Themes are the fundamental and often universal ideas explored in a literary work.

Guilt

Guilt is a major force in the novel, and not all characters respond to it in the same manner. Some characters have the ability to reconcile with the tragedies of the past while others are consumed by it. As a white man who has grown up with wealth and privilege in the American South, Stingo knows that he has benefitted from the suffering and disenfranchisement of Black people. Although he sometimes feels guilt about the violence and suffering associated with slavery and racism in the South, Stingo does not feel personally responsible for this history, and he does not feel that he has to atone for it. Stingo acknowledges what happened in the past and thinks about ways to commemorate it, such as by writing about Nat Turner. Sophie, on the other hand, has a much more personal and direct experience of the horrors of the Holocaust. Her history makes it impossible for her to move forward with her life. Sophie believes that she failed to live up to moral obligations of resisting the Nazi regime and instead became complicit with it in order to try to ensure her safety and the safety of her children. As a result, her guilt is much more torturous and destructive.

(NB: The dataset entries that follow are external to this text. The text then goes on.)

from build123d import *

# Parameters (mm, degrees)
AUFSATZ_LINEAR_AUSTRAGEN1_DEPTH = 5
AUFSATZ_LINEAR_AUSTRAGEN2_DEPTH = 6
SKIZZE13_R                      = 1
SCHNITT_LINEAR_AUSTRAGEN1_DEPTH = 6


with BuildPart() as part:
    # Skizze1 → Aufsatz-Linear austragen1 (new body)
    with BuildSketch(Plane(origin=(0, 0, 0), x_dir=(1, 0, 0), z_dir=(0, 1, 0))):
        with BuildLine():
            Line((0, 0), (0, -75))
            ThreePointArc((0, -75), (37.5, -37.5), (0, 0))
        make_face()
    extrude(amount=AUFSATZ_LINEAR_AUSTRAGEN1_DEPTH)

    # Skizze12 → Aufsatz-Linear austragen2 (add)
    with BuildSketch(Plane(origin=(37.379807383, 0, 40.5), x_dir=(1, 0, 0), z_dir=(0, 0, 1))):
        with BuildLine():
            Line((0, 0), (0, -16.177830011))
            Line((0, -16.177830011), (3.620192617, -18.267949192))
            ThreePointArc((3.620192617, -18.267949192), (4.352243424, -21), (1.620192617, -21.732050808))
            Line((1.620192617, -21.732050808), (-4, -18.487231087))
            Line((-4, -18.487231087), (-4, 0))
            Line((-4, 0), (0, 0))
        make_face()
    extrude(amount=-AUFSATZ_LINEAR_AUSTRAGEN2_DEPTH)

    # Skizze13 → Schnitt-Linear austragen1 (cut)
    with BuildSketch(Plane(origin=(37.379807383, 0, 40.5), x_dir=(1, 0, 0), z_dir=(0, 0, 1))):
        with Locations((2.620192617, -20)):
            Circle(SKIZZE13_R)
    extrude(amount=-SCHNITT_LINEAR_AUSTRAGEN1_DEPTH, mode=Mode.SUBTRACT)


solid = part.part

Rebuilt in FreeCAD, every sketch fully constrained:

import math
import FreeCAD as App
import Part
import Sketcher

V = App.Vector
Q = App.Units.Quantity

doc = App.newDocument("Part")
body = doc.addObject("PartDesign::Body", "Body")

# Sketch on XZ plane
sketch1 = body.newObject("Sketcher::SketchObject", "Sketch")
sketch1.AttachmentSupport = (doc.getObject("XZ_Plane"), [""])
sketch1.MapMode = "FlatFace"
sketch1.addGeometry(Part.LineSegment(V(0, 0, 0), V(0, 75, 0)), False)
sketch1.addGeometry(Part.ArcOfCircle(Part.Circle(V(0, 38, 0), V(0, 0, 1), 38), math.radians(-90), math.radians(90)), False)
sketch1.addConstraint(Sketcher.Constraint("Coincident", 0, 1, 1, 1))
sketch1.addConstraint(Sketcher.Constraint("Coincident", 1, 2, 0, 2))
sketch1.addConstraint(Sketcher.Constraint("Vertical", 0))
sketch1.addConstraint(Sketcher.Constraint("Coincident", 0, 1, -1, 1))
sketch1.addConstraint(Sketcher.Constraint("PointOnObject", 1, 3, -2))
sketch1.addConstraint(Sketcher.Constraint("Radius", 1, 37.5))
pad1 = body.newObject("PartDesign::Pad", "Pad")
pad1.Profile = sketch1
pad1.Length = 5
pad1.Reversed = True

# Sketch on XY plane
sketch2 = body.newObject("Sketcher::SketchObject", "Sketch001")
sketch2.AttachmentSupport = (doc.getObject("XY_Plane"), [""])
sketch2.MapMode = "FlatFace"
sketch2.AttachmentOffset = App.Placement(V(0, 0, 40.5), App.Rotation())
sketch2.addGeometry(Part.LineSegment(V(37.4, -16.2, 0), V(37.4, 0, 0)), False)
sketch2.addGeometry(Part.LineSegment(V(37.4, 0, 0), V(33.4, 0, 0)), False)
sketch2.addGeometry(Part.LineSegment(V(33.4, 0, 0), V(33.4, -18.5, 0)), False)
sketch2.addGeometry(Part.LineSegment(V(33.4, -18.5, 0), V(39, -21.7, 0)), False)
sketch2.addGeometry(Part.ArcOfCircle(Part.Circle(V(40, -20, 0), V(0, 0, 1), 2), math.radians(-120), math.radians(60)), False)
sketch2.addGeometry(Part.LineSegment(V(41, -18.3, 0), V(37.4, -16.2, 0)), False)
sketch2.addConstraint(Sketcher.Constraint("Coincident", 0, 2, 1, 1))
sketch2.addConstraint(Sketcher.Constraint("Coincident", 1, 2, 2, 1))
sketch2.addConstraint(Sketcher.Constraint("Coincident", 2, 2, 3, 1))
sketch2.addConstraint(Sketcher.Constraint("Tangent", 3, 2, 4, 1))
sketch2.addConstraint(Sketcher.Constraint("Tangent", 4, 2, 5, 1))
sketch2.addConstraint(Sketcher.Constraint("Coincident", 5, 2, 0, 1))
sketch2.addConstraint(Sketcher.Constraint("Vertical", 0))
sketch2.addConstraint(Sketcher.Constraint("Horizontal", 1))
sketch2.addConstraint(Sketcher.Constraint("Vertical", 2))
sketch2.addConstraint(Sketcher.Constraint("PointOnObject", 0, 2, -1))
sketch2.addConstraint(Sketcher.Constraint("Parallel", 3, 5))
sketch2.addConstraint(Sketcher.Constraint("Radius", 4, 2.0))
sketch2.addConstraint(Sketcher.Constraint("DistanceX", 1, 2, 1, 1, 4.0))
sketch2.addConstraint(Sketcher.Constraint("Angle", 3, Q("-30 deg")))
sketch2.addConstraint(Sketcher.Constraint("DistanceX", -1, 1, 4, 3, 40.0))
sketch2.addConstraint(Sketcher.Constraint("DistanceY", 4, 3, -1, 1, 20.0))
sketch2.addConstraint(Sketcher.Constraint("DistanceY", 0, 1, 0, 2, 16.17783))
pad2 = body.newObject("PartDesign::Pad", "Pad001")
pad2.Profile = sketch2
pad2.Length = 6
pad2.Reversed = True

# Sketch on XY plane
sketch3 = body.newObject("Sketcher::SketchObject", "Sketch002")
sketch3.AttachmentSupport = (doc.getObject("XY_Plane"), [""])
sketch3.MapMode = "FlatFace"
sketch3.AttachmentOffset = App.Placement(V(0, 0, 40.5), App.Rotation())
sketch3.addGeometry(Part.Circle(V(40, -20, 0), V(0, 0, 1), 1), False)
sketch3.addConstraint(Sketcher.Constraint("Diameter", 0, 2.0))
sketch3.addConstraint(Sketcher.Constraint("DistanceX", -1, 1, 0, 3, 40.0))
sketch3.addConstraint(Sketcher.Constraint("DistanceY", 0, 3, -1, 1, 20.0))
pocket1 = body.newObject("PartDesign::Pocket", "Pocket")
pocket1.Profile = sketch3
pocket1.Length = 6

doc.recompute()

Liberation through Sexual Experience

The desire for sexual experience reveals characters’ aspirations to become more liberated and fully realized versions of themselves. Throughout the novel, Stingo is obsessed with his quest to lose his virginity. This desire stems partially from a goal of physical gratification but also from a belief that he will become more confident, worldly, and self-actualized once he has had sex. Stingo sees sex as a gateway to maturity and the self-assurance that he desperately craves. While Sophie has had sex prior to beginning her relationship with Nathan, she becomes much more sexually liberated once she starts sleeping with him. This transition reflects Sophie’s desire to abandon the past version of herself, when she was religious, conservative, and repressed in her sexuality. Sophie’s newfound enthusiasm for sexual self-expression reflects a desire to free herself from her past and become a new version of herself.

Religion

Throughout the novel, horrifying events become even more tragic when they rob individuals of the comfort that faith can provide. Sophie talks repeatedly about how her experiences during the Holocaust left her unable to have faith in God or religion, even though she was initially a devout Catholic. The novel also considers the religious faith of individuals who played an active role in carrying out atrocities, such as Commandant Hoss and the physician who forced Sophie to choose which of her children would live and which would die. These men also had to grapple with what faith means in the face of the evil they are carrying out, and neither of them were able to fully reconcile the two. Because of what she lived through and her experience of watching supposedly religious people commit unspeakable atrocities, Sophie comes to believe that religion is a sham and that life is meaningless. These beliefs send her further into despair because her religious faith had once been such a strong part of her identity.